Little insight is given to the ‘why’s and the what’s’ of what is occurring for the individual. In fact, I have heard clients and people whom I know refer to being discouraged from therapy, for the reasoning that only an alcoholic can be understood by another alcoholic. Well yes, perhaps in the hell of it personally, but not necessarily in the architecture of what gives it strength. However, I would rather be on the operating table of a surgeon rather than the block of butcher. Both equally skilled with the knife, yet their starting position so different. The former considers the subject worth saving and improving, whilst the latter knows them already to be dead and beyond help. It is an an analogy which mootly sums up the attitude of a multi billion pound industry wherein no one appears to know what they are doing and the success rate languishes at approximately 5%. 

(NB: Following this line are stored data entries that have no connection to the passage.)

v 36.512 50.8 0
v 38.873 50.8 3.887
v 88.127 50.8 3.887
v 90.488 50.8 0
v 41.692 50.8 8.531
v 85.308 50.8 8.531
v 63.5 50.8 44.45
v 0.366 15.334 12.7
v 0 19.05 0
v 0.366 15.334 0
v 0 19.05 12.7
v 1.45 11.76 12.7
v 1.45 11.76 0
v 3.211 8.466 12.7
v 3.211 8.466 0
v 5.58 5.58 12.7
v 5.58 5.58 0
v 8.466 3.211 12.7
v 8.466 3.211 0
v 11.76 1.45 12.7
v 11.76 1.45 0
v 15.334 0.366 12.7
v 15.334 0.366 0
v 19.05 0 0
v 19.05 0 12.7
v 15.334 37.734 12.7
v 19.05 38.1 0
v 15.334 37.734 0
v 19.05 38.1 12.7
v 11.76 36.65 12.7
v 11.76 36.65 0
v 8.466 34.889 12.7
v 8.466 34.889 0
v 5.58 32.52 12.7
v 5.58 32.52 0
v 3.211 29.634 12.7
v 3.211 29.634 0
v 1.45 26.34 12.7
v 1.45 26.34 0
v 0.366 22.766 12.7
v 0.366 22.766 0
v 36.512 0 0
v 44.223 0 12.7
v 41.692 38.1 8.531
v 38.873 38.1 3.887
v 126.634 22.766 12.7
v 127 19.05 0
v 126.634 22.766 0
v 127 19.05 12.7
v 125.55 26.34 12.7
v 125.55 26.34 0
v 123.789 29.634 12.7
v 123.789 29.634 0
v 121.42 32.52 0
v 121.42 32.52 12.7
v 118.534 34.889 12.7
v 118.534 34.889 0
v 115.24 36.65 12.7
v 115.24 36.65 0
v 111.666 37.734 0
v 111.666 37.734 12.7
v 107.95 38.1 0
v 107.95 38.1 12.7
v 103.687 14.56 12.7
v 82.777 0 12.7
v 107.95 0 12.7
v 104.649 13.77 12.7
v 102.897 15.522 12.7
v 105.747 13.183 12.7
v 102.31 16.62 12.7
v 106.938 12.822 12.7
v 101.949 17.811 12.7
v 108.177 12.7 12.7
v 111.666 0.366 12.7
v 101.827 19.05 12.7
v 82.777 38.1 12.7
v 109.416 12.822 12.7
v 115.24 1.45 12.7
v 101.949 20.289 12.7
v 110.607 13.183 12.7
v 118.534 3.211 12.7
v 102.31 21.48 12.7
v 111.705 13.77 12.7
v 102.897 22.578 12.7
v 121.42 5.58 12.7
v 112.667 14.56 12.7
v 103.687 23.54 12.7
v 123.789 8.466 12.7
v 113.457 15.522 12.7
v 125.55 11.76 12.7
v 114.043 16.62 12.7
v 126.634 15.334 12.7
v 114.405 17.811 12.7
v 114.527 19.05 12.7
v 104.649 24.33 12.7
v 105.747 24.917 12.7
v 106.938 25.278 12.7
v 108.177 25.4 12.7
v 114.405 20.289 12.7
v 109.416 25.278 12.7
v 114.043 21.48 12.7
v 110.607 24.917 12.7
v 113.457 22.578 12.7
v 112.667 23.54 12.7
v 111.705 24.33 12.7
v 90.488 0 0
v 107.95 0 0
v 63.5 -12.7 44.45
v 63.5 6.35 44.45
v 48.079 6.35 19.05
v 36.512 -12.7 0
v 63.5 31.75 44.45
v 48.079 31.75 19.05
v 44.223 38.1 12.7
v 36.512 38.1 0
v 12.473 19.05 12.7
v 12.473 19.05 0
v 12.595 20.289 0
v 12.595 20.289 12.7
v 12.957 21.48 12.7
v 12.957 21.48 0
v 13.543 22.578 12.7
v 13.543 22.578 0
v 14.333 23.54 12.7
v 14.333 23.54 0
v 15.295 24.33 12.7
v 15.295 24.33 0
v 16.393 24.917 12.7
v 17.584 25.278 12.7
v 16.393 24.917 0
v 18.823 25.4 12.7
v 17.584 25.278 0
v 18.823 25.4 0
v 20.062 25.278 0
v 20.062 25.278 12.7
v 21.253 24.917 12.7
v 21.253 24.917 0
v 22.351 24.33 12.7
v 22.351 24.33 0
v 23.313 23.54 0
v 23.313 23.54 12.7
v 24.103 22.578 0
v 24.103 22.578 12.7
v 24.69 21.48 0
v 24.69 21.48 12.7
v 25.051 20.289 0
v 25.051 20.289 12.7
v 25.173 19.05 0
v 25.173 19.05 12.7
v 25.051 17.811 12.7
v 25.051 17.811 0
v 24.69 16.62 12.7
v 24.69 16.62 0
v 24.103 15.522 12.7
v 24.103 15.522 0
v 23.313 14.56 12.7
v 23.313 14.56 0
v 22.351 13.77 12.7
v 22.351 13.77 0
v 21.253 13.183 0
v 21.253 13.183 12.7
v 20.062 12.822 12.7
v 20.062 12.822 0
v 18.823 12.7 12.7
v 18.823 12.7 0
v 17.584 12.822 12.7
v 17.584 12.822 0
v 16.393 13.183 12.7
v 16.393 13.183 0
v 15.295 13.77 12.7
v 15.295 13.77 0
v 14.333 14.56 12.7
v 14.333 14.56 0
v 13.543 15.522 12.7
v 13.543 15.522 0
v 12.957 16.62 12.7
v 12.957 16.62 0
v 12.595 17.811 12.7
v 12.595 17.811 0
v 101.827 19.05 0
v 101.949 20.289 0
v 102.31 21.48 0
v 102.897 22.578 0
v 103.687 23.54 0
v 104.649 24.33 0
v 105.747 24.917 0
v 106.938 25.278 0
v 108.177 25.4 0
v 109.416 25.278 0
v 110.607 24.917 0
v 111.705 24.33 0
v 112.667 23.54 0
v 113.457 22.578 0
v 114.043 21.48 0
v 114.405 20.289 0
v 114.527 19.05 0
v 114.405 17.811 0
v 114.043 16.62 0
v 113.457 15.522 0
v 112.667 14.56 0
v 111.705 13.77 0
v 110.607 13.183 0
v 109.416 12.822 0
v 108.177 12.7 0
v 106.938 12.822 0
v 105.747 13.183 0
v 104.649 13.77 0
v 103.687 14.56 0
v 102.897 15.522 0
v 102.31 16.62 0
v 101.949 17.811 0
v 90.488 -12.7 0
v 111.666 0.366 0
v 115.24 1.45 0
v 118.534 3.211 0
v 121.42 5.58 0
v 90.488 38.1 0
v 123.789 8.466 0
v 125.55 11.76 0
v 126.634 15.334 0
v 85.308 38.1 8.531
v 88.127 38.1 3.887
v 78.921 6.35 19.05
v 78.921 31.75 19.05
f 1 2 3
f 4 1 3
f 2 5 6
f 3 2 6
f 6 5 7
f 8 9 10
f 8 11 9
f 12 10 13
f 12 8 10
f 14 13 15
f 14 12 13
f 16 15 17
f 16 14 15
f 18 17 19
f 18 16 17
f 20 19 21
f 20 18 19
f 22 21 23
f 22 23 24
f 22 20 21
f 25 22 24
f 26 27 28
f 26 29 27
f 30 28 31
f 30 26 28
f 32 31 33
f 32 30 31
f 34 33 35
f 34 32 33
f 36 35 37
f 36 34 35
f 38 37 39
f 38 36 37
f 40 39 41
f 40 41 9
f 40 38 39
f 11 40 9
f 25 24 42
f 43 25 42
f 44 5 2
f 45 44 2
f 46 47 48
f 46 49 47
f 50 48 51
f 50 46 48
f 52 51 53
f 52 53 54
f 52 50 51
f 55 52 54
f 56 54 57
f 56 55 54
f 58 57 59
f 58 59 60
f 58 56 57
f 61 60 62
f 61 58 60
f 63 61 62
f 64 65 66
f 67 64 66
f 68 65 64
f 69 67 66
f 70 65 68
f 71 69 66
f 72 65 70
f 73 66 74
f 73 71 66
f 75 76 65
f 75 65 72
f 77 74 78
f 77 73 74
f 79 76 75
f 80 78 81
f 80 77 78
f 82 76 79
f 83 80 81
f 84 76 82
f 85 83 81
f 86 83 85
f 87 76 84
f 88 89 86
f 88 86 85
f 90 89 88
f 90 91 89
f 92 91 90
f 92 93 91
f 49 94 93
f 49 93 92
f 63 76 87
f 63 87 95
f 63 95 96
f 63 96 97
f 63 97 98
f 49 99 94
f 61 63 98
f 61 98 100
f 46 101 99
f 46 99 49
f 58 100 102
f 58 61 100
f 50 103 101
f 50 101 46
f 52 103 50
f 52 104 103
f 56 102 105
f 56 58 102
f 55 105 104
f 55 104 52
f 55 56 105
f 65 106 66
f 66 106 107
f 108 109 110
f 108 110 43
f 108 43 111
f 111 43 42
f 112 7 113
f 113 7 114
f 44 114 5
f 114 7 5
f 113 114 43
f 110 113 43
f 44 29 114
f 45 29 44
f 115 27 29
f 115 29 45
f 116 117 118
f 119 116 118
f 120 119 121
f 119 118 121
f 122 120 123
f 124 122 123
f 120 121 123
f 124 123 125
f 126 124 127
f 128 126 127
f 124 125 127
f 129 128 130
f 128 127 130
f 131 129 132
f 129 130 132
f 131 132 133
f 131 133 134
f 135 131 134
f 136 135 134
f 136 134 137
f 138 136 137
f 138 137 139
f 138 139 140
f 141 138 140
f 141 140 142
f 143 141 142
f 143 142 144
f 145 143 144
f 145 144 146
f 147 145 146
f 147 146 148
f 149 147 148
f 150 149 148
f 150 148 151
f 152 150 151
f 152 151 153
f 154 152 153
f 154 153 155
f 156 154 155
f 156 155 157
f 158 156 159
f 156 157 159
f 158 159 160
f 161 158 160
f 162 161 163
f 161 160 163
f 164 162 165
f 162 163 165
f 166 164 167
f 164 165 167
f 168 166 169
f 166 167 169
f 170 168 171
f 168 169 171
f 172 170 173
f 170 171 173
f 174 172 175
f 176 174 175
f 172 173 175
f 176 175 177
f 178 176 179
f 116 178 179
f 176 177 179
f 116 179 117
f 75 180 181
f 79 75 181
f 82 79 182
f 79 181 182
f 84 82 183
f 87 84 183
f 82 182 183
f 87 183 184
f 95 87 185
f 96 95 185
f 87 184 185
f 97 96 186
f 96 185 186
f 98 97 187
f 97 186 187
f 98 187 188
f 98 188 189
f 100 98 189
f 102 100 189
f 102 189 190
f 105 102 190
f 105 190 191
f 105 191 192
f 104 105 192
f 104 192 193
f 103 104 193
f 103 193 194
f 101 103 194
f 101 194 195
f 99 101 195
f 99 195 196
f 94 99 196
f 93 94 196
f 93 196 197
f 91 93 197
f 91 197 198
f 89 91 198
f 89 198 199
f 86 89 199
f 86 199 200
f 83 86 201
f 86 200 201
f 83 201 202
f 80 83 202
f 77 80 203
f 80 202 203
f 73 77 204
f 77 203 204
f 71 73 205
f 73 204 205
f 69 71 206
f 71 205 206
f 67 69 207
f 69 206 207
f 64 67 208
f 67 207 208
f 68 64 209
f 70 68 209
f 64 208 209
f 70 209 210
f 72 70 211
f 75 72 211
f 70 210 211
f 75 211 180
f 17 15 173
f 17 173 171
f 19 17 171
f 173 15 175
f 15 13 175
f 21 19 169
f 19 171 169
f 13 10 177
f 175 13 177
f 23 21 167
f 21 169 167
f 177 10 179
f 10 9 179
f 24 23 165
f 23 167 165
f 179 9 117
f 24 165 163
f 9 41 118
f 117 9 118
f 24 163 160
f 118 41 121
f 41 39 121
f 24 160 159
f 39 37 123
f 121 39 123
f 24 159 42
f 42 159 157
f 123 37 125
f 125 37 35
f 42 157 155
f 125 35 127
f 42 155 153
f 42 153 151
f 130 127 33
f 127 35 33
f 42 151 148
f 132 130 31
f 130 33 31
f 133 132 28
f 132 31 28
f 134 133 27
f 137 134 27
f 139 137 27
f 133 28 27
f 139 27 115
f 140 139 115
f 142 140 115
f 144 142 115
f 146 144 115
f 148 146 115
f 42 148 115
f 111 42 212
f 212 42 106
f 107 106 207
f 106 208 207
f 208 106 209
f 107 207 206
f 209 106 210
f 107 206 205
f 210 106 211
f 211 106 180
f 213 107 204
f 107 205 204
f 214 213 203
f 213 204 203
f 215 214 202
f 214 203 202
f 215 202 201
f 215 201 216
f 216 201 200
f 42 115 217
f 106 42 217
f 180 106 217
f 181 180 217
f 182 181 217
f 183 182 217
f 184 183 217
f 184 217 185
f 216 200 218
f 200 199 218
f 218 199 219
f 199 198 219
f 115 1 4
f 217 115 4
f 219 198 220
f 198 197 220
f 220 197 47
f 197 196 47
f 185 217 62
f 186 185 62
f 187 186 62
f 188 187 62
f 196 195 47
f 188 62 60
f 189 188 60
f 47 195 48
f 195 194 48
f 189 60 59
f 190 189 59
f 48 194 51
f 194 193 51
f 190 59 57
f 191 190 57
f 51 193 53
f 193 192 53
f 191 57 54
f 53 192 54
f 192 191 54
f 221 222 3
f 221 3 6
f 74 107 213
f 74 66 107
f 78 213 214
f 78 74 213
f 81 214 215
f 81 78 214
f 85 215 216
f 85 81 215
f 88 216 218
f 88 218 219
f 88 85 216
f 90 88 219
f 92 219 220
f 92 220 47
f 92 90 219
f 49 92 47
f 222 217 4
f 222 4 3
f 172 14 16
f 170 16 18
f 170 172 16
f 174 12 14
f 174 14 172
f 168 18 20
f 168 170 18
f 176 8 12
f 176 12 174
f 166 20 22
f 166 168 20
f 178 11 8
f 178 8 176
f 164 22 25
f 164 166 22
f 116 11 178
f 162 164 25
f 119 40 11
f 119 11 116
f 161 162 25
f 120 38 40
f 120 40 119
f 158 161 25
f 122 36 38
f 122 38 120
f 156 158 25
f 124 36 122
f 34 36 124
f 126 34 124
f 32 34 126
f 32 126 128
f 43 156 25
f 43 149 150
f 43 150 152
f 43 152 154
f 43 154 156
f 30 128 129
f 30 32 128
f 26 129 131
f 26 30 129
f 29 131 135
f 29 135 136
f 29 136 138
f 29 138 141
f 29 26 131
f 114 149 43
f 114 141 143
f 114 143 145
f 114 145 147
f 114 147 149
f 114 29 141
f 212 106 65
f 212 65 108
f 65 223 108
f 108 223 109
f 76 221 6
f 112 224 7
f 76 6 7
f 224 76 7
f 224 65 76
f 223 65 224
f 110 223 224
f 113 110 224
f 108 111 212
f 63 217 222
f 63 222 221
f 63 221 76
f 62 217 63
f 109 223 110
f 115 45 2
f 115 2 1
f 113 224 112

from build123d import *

# Parameters (mm, degrees)
F0_W      = 127
F0_H      = 38.1
F1_DEPTH  = 12.7
F3_DEPTH  = 50.8
F5_DEPTH  = 12.7
F6_R      = 19.04999
F8_D      = 12.7
F11_D     = 12.7
F12_W     = 25.4
F12_H     = 25.4
F13_DEPTH = 25.4


# Not quite as in the source:
# - a fillet or chamfer is up to 0.001 mm smaller than in the source, because OpenCascade refuses the exact size


with BuildPart() as f1:
    # F0 (on Top) → F1 (new body)
    with BuildSketch(Plane.XY):
        with Locations((63.5, 19.05)):
            Rectangle(F0_W, F0_H)
    extrude(amount=F1_DEPTH)

    # F2 (on face) → F3 (join)
    with BuildSketch(Plane.XZ):
        Polygon((63.5, 12.7), (63.5, 6.35), (85.3080808081, 8.5308080808), (82.7767857143, 12.7), align=None)
        Polygon((85.3080808081, 8.5308080808), (63.5, 6.35), (88.1273764259, 3.8872623574), align=None)
        Polygon((63.5, 6.35), (63.5, 0), (90.4875, 0), (88.1273764259, 3.8872623574), align=None)
        Polygon((38.8726235741, 3.8872623574), (36.5125, 0), (63.5, 0), (63.5, 6.35), align=None)
        Polygon((41.6919191919, 8.5308080808), (38.8726235741, 3.8872623574), (63.5, 6.35), align=None)
        Polygon((63.5, 12.7), (44.2232142857, 12.7), (41.6919191919, 8.5308080808), (63.5, 6.35), align=None)
        Polygon((63.5, 44.45), (44.2232142857, 12.7), (63.5, 12.7), align=None)
        Polygon((63.5, 44.45), (63.5, 12.7), (82.7767857143, 12.7), align=None)
    extrude(amount=-F3_DEPTH)

    # F4 (on face) → F5 (join)
    with BuildSketch(Plane.XZ):
        Polygon((90.4875, 0), (63.5, 44.45), (36.5125, 0), align=None)
    extrude(amount=F5_DEPTH)

    # F6 (radius 19.05 in the source; OpenCascade refuses exactly that, so slightly less here)
    f6_edges = [f1.edges().sort_by_distance(p)[0] for p in [
        (0, 0, 6.35),
        (0, 38.1, 6.35),
        (127, 38.1, 6.35),
        (127, 0, 6.35),
    ]]
    fillet(f6_edges, radius=F6_R)

    # F8 (through all)
    with Locations(Plane.XY.offset(12.7)):
        with Locations((18.8232142857, 19.05)):
            Hole(F8_D / 2)

    # F11 (through all)
    with Locations(Plane.XY.offset(12.7)):
        with Locations((108.1767857143, 19.05)):
            Hole(F11_D / 2)

    # F12 (on offset) → F13 (cut, symmetric)
    with BuildSketch(Plane.YZ.offset(63.5)):
        with Locations((19.05, 31.75)):
            Rectangle(F12_W, F12_H)
    extrude(amount=F13_DEPTH, both=True, mode=Mode.SUBTRACT)


solid = f1.part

Similarly therapists, key workers etc., often lack the specialist skills to get into the process and undo the mechanisms that 'are' the addiction. A learned set of behaviours. Where the prefrontal cortex, the thinking part of the brain is no longer utilised and therefore actions are 'reactive' and ingrained. They now operate from the striatum and function outside of conscious planning and control.

What is missing is the sensitivity to the need for the healing of the confusion that has caused the dependency to never abate. The layers of erroneous thinking, complex emotional entanglement and lack of life structure and mechanisms that enable someone to lead a stable life. This needs to be done in a manner as working with a clean slate, and remaking a of a clean slate, mentally, emotionally and behaviourally. These elements are done in parallel. The focus is on the person, with an eye on the behavior. They are worked and integrated together with powerful integrative directives that can be tried and proven to work or not. Stimulation of the cognitive functions reinvigorates the prefrontal cortex and change begins to occur.  

A person is rebuilt from the inside out. And they come to understand themselves differently, by evidence of their own practice, the content of their minds, their feelings and behaviour. What can come out of this can be and is truly astonishing. I am for ever awed and humbled by what can be achieved. 


Fifteen years of quietly listening to people telling me what did not work for them, applying what does work and having the skill to piece this together in a cogent process has its merits. This incredible achievement in the case below I hope exemplifies the life a person can earn themselves by their brave efforts and desire for a better life. 

The work done by neuroscientist Marc Lewis and his book 'The Biology of Desire', explain what is it that is going on in addiction. Well worth a look - video here. My methods parallel his theory and were learnt in practice and study.